Do the words following the first condition in this bond change the liability which the obligors would be under to the obligees if they had been omitted, to the prejudice of such obligees? We think not. They may therefore be treated as surplusage, or as not substantially changing the condition of the bond required by statute. If the words, “ in case they shall fail to obtain a reversal of the decision of the county *88judge,” limit the obligation to pay all costs and damages which may be awarded against them, such limitation is not prejudicial to the rights of the obligees, because the appellate court would have no right to award damages and costs against the appellants upon their appeal, which would be recoverable upon the statutory bond, except upon the final determination of the case.

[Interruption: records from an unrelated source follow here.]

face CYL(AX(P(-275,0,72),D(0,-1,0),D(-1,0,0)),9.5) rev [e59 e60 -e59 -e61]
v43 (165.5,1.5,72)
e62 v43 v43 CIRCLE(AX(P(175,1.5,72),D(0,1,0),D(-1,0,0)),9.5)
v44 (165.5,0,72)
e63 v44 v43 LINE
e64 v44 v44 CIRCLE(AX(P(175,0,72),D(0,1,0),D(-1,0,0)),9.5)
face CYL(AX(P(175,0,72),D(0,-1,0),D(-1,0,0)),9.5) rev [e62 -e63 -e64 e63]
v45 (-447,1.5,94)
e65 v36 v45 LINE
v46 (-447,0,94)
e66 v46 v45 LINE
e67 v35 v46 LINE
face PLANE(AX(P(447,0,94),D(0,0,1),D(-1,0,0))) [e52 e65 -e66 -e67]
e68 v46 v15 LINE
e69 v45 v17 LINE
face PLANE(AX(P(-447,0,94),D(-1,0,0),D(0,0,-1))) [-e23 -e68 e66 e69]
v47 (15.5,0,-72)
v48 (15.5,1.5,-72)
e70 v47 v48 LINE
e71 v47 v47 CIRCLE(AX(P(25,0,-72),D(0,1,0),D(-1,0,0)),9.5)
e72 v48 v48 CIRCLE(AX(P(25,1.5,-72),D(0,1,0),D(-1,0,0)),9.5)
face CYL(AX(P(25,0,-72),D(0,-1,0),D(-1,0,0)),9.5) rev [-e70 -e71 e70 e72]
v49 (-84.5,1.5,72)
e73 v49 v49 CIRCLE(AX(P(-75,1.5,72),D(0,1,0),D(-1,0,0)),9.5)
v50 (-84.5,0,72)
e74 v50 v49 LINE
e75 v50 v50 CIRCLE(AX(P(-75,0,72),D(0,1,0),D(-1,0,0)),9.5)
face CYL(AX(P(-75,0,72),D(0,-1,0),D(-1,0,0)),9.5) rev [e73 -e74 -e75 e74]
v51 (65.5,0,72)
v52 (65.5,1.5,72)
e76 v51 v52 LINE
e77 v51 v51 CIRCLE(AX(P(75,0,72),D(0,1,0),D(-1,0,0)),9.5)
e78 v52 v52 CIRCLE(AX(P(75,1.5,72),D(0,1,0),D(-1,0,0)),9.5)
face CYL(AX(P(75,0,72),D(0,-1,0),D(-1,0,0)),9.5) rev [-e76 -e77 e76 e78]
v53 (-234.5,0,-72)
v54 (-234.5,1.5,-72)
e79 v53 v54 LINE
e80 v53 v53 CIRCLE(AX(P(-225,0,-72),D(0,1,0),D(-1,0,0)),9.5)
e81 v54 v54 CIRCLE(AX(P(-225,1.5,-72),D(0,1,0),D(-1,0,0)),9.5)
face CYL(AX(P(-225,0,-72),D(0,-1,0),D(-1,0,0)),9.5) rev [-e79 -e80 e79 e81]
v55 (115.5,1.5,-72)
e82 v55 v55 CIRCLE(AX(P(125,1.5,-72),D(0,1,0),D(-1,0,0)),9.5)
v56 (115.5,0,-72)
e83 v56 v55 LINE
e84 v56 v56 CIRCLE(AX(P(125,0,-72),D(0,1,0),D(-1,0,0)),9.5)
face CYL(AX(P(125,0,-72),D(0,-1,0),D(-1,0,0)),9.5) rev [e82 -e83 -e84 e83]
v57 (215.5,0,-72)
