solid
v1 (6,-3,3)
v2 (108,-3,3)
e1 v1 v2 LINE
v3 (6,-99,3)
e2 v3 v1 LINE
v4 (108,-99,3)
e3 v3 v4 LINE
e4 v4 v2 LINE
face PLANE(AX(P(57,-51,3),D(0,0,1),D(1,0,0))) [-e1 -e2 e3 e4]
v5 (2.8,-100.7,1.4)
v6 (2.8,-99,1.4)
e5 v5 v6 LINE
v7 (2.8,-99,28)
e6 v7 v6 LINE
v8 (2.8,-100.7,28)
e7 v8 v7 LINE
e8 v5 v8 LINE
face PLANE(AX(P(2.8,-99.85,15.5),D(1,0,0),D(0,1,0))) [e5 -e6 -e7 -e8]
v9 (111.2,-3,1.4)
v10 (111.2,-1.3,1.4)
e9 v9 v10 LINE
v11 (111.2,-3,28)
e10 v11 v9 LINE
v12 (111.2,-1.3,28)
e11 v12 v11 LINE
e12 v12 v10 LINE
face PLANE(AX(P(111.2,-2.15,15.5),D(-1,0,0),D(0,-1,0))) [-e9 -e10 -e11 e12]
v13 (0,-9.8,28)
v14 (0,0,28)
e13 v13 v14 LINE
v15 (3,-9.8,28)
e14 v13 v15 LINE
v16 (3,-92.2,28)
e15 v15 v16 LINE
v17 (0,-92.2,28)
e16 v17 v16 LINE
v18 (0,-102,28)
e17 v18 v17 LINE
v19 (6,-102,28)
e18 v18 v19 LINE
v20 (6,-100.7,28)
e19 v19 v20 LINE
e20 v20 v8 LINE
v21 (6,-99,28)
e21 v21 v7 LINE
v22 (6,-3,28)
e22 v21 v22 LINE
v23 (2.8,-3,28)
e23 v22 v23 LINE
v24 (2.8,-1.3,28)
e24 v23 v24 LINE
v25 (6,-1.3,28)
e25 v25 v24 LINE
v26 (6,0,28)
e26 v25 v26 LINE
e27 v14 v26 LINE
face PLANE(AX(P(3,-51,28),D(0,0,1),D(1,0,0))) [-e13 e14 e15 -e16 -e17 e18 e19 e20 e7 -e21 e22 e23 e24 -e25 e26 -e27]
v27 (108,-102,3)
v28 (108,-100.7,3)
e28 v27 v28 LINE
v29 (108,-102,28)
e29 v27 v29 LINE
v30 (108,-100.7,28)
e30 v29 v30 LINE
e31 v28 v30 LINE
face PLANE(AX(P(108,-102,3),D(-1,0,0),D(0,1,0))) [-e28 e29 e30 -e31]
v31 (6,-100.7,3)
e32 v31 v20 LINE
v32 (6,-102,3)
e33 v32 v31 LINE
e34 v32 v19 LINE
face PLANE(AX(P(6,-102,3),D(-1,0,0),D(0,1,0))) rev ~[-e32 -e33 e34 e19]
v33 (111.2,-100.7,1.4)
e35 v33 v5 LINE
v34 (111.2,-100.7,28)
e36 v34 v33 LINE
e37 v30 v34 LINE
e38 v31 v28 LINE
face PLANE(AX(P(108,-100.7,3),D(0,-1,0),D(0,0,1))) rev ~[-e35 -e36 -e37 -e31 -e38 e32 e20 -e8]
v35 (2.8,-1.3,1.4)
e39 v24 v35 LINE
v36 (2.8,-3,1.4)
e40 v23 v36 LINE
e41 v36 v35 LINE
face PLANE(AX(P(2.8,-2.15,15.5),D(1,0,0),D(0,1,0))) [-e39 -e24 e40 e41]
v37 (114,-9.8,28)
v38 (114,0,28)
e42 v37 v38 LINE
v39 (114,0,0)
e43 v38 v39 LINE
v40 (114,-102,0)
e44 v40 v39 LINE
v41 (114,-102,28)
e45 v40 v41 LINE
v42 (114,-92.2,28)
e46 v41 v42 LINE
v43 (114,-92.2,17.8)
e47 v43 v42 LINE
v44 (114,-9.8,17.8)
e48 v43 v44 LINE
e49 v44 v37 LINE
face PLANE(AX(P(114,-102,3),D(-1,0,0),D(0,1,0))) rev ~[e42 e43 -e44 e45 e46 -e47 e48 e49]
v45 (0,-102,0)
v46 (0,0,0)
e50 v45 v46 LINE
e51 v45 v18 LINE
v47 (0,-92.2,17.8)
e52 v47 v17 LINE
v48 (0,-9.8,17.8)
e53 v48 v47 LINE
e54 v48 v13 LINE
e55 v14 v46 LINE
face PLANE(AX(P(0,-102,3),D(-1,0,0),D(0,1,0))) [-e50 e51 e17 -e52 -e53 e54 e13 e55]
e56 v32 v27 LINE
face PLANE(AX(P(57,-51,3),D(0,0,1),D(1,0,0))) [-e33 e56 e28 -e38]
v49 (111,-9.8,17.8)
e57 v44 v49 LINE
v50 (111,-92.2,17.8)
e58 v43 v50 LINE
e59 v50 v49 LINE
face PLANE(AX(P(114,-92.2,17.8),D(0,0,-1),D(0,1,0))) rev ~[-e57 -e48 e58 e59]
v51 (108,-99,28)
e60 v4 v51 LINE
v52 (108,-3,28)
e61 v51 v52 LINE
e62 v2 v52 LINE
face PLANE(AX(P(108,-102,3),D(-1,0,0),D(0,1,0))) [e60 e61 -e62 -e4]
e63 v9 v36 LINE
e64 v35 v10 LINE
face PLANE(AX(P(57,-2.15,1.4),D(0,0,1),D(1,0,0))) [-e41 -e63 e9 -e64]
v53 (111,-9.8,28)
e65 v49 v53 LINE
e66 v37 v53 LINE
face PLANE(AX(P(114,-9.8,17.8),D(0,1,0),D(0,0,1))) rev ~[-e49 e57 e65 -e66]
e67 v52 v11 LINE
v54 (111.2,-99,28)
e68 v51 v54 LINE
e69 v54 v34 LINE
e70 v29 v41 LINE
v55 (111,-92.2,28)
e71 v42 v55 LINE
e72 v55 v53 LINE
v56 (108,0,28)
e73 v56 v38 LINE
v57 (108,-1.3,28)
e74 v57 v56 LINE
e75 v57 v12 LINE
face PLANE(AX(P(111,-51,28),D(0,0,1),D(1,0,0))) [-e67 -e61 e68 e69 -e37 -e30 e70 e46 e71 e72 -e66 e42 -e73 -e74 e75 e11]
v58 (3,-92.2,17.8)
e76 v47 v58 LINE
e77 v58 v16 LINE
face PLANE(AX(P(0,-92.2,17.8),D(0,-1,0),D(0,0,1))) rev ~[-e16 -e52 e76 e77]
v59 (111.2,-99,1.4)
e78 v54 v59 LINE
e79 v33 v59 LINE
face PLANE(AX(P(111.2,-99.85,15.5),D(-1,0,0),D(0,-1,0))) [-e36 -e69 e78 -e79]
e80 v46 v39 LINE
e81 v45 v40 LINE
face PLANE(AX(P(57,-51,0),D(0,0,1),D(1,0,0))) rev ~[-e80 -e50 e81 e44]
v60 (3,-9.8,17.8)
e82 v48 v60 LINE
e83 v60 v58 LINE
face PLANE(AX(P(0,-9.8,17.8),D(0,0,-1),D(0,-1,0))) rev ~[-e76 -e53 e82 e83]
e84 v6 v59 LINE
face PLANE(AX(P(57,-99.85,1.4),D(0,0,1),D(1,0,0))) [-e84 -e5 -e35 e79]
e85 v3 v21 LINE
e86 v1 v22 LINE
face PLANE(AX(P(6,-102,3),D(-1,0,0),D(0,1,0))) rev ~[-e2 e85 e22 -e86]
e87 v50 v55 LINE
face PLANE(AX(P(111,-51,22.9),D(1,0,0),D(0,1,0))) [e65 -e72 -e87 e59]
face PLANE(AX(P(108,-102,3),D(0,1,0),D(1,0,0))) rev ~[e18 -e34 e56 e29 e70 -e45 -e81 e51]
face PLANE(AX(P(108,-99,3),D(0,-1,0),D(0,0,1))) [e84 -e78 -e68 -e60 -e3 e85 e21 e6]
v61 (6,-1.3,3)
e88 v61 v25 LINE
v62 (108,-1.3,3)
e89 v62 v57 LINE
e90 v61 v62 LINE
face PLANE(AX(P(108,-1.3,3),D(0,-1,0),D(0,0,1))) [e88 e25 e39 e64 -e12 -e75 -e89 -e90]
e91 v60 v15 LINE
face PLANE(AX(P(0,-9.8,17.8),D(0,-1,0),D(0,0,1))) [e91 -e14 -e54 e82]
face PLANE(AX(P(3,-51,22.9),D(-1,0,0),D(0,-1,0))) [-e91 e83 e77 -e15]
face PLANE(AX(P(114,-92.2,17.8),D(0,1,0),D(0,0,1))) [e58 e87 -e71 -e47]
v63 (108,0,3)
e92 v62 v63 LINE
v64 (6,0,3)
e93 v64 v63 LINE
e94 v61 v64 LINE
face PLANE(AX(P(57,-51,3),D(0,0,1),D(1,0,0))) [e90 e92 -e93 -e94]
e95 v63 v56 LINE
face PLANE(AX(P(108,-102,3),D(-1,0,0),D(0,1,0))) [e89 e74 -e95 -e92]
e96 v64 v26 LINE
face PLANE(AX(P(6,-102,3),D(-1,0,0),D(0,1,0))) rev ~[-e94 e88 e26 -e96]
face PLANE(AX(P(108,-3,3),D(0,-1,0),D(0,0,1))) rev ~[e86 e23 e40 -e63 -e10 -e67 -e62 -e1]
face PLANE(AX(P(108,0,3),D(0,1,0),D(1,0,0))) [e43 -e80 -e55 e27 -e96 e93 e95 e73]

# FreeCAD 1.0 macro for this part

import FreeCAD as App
import Part
import Sketcher

V = App.Vector


def add_polygon(sketch, points):
    """Adds a closed chain of lines whose ends are joined by coincident constraints."""
    first, n = sketch.GeometryCount, len(points)
    for a, b in zip(points, points[1:] + points[:1]):
        sketch.addGeometry(Part.LineSegment(App.Vector(*a, 0), App.Vector(*b, 0)), False)
    for i in range(n):
        sketch.addConstraint(Sketcher.Constraint("Coincident", first + i, 2, first + (i + 1) % n, 1))

doc = App.newDocument("Part")
body = doc.addObject("PartDesign::Body", "Body")

# Sketch on XY plane
sketch1 = body.newObject("Sketcher::SketchObject", "Sketch")
sketch1.AttachmentSupport = (doc.getObject("XY_Plane"), [""])
sketch1.MapMode = "FlatFace"
add_polygon(sketch1, [(0, 0), (0, -102), (114, -102), (114, 0)])  # lines 0-3
sketch1.addConstraint(Sketcher.Constraint("Vertical", 0))
sketch1.addConstraint(Sketcher.Constraint("Horizontal", 1))
sketch1.addConstraint(Sketcher.Constraint("Vertical", 2))
sketch1.addConstraint(Sketcher.Constraint("Horizontal", 3))
sketch1.addConstraint(Sketcher.Constraint("Coincident", 3, 2, -1, 1))
sketch1.addConstraint(Sketcher.Constraint("DistanceX", 1, 1, 1, 2, 114.0))
sketch1.addConstraint(Sketcher.Constraint("DistanceY", 0, 2, 0, 1, 102.0))
pad1 = body.newObject("PartDesign::Pad", "Pad")
pad1.Profile = sketch1
pad1.Length = 3

# Sketch on XY plane
sketch2 = body.newObject("Sketcher::SketchObject", "Sketch001")
sketch2.AttachmentSupport = (doc.getObject("XY_Plane"), [""])
sketch2.MapMode = "FlatFace"
sketch2.AttachmentOffset = App.Placement(V(0, 0, 3), App.Rotation())
add_polygon(sketch2, [(0, 0), (0, -102), (6, -102), (6, 0)])  # lines 0-3
sketch2.addConstraint(Sketcher.Constraint("Vertical", 0))
sketch2.addConstraint(Sketcher.Constraint("Horizontal", 1))
sketch2.addConstraint(Sketcher.Constraint("Vertical", 2))
sketch2.addConstraint(Sketcher.Constraint("Horizontal", 3))
sketch2.addConstraint(Sketcher.Constraint("Coincident", 3, 2, -1, 1))
sketch2.addConstraint(Sketcher.Constraint("DistanceX", 1, 1, 1, 2, 6.0))
sketch2.addConstraint(Sketcher.Constraint("DistanceY", 0, 2, 0, 1, 102.0))
pad2 = body.newObject("PartDesign::Pad", "Pad001")
pad2.Profile = sketch2
pad2.Length = 25

# Sketch on XY plane
sketch3 = body.newObject("Sketcher::SketchObject", "Sketch002")
sketch3.AttachmentSupport = (doc.getObject("XY_Plane"), [""])
sketch3.MapMode = "FlatFace"
sketch3.AttachmentOffset = App.Placement(V(0, 0, 3), App.Rotation())
add_polygon(sketch3, [(108, 0), (108, -102), (114, -102), (114, 0)])  # lines 0-3
sketch3.addConstraint(Sketcher.Constraint("Vertical", 0))
sketch3.addConstraint(Sketcher.Constraint("Horizontal", 1))
sketch3.addConstraint(Sketcher.Constraint("Vertical", 2))
sketch3.addConstraint(Sketcher.Constraint("Horizontal", 3))
sketch3.addConstraint(Sketcher.Constraint("PointOnObject", 2, 2, -1))
sketch3.addConstraint(Sketcher.Constraint("DistanceX", 1, 1, 1, 2, 6.0))
sketch3.addConstraint(Sketcher.Constraint("DistanceY", 0, 2, 0, 1, 102.0))
sketch3.addConstraint(Sketcher.Constraint("DistanceX", -1, 1, 0, 2, 108.0))
pad3 = body.newObject("PartDesign::Pad", "Pad002")
pad3.Profile = sketch3
pad3.Length = 25

# Sketch on YZ plane
sketch4 = body.newObject("Sketcher::SketchObject", "Sketch003")
sketch4.AttachmentSupport = (doc.getObject("YZ_Plane"), [""])
sketch4.MapMode = "FlatFace"
sketch4.AttachmentOffset = App.Placement(V(0, 0, 114), App.Rotation())
add_polygon(sketch4, [(-92, 28), (-92, 18), (-10, 18), (-10, 28)])  # lines 0-3
sketch4.addConstraint(Sketcher.Constraint("Vertical", 0))
sketch4.addConstraint(Sketcher.Constraint("Horizontal", 1))
sketch4.addConstraint(Sketcher.Constraint("Vertical", 2))
sketch4.addConstraint(Sketcher.Constraint("Horizontal", 3))
sketch4.addConstraint(Sketcher.Constraint("DistanceX", 1, 1, 1, 2, 82.4))
sketch4.addConstraint(Sketcher.Constraint("DistanceY", 0, 2, 0, 1, 10.2))
sketch4.addConstraint(Sketcher.Constraint("DistanceY", -1, 1, 2, 2, 28.0))
sketch4.addConstraint(Sketcher.Constraint("DistanceX", 0, 2, -1, 1, 92.2))
pocket1 = body.newObject("PartDesign::Pocket", "Pocket")
pocket1.Profile = sketch4
pocket1.Length = 3

# Sketch on YZ plane
sketch5 = body.newObject("Sketcher::SketchObject", "Sketch004")
sketch5.AttachmentSupport = (doc.getObject("YZ_Plane"), [""])
sketch5.MapMode = "FlatFace"
add_polygon(sketch5, [(-10, 28), (-10, 18), (-92, 18), (-92, 28)])  # lines 0-3
sketch5.addConstraint(Sketcher.Constraint("Vertical", 0))
sketch5.addConstraint(Sketcher.Constraint("Horizontal", 1))
sketch5.addConstraint(Sketcher.Constraint("Vertical", 2))
sketch5.addConstraint(Sketcher.Constraint("Horizontal", 3))
sketch5.addConstraint(Sketcher.Constraint("DistanceX", 1, 2, 1, 1, 82.4))
sketch5.addConstraint(Sketcher.Constraint("DistanceY", 0, 2, 0, 1, 10.2))
sketch5.addConstraint(Sketcher.Constraint("DistanceY", -1, 1, 2, 2, 28.0))
sketch5.addConstraint(Sketcher.Constraint("DistanceX", 0, 2, -1, 1, 9.8))
pocket2 = body.newObject("PartDesign::Pocket", "Pocket001")
pocket2.Profile = sketch5
pocket2.Length = 3
pocket2.Reversed = True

And certainly the court could not award damages or costs against the appellants in case they succeeded in reversing the decision of the county judge disallowing their claim. If, therefore, the appeal should be dismissed, or a final judgment be rendered in the circuit court against the appellants, the costs and damages awarded against the appellants could be collected as well under the conditions of this bond as under the conditions prescribed by the statute, as in either case the appellants would have failed to reverse the decision of the county judge appealed from: and, as the court would have no power to award costs or damages against the appellants in any other case, the obligee in the bond is not prejudiced by the supposed limitation.
The rule applicable to bonds in cases of this kind is, that if the bond substantially covers the provisions of the statute, and secures to the appellee all that the law designed for him, it is sufficient. The language of the statute need not be adopted. Smith v. Norval, 2 Code R., 14; Doolittle v. Dininny, 31 N. Y., 350; Coleman v. Howe, 4 Sm. & M., 747.
We think the bond filed in this case comes within the rule laid down in these decisions; that it is in substance the same as the one required by statute; that the additions in it, not required by the statute,do not prejudice the obligees; and that it is therefore a sufficient bond. As was said by the present chief justice of this court in Mullin’s Appeal, 40 Wis., 154-156: “It is always the duty of all courts, where it can be done, to overcome and disregard such clerical errors, ut res magis valeat guam pereat.” This remark may be applied, not only to the objection to the form of the bond, but to all *89the other objections to the regularity of the proceedings in this case.
By the Court. — The order of the circuit court is affirmed.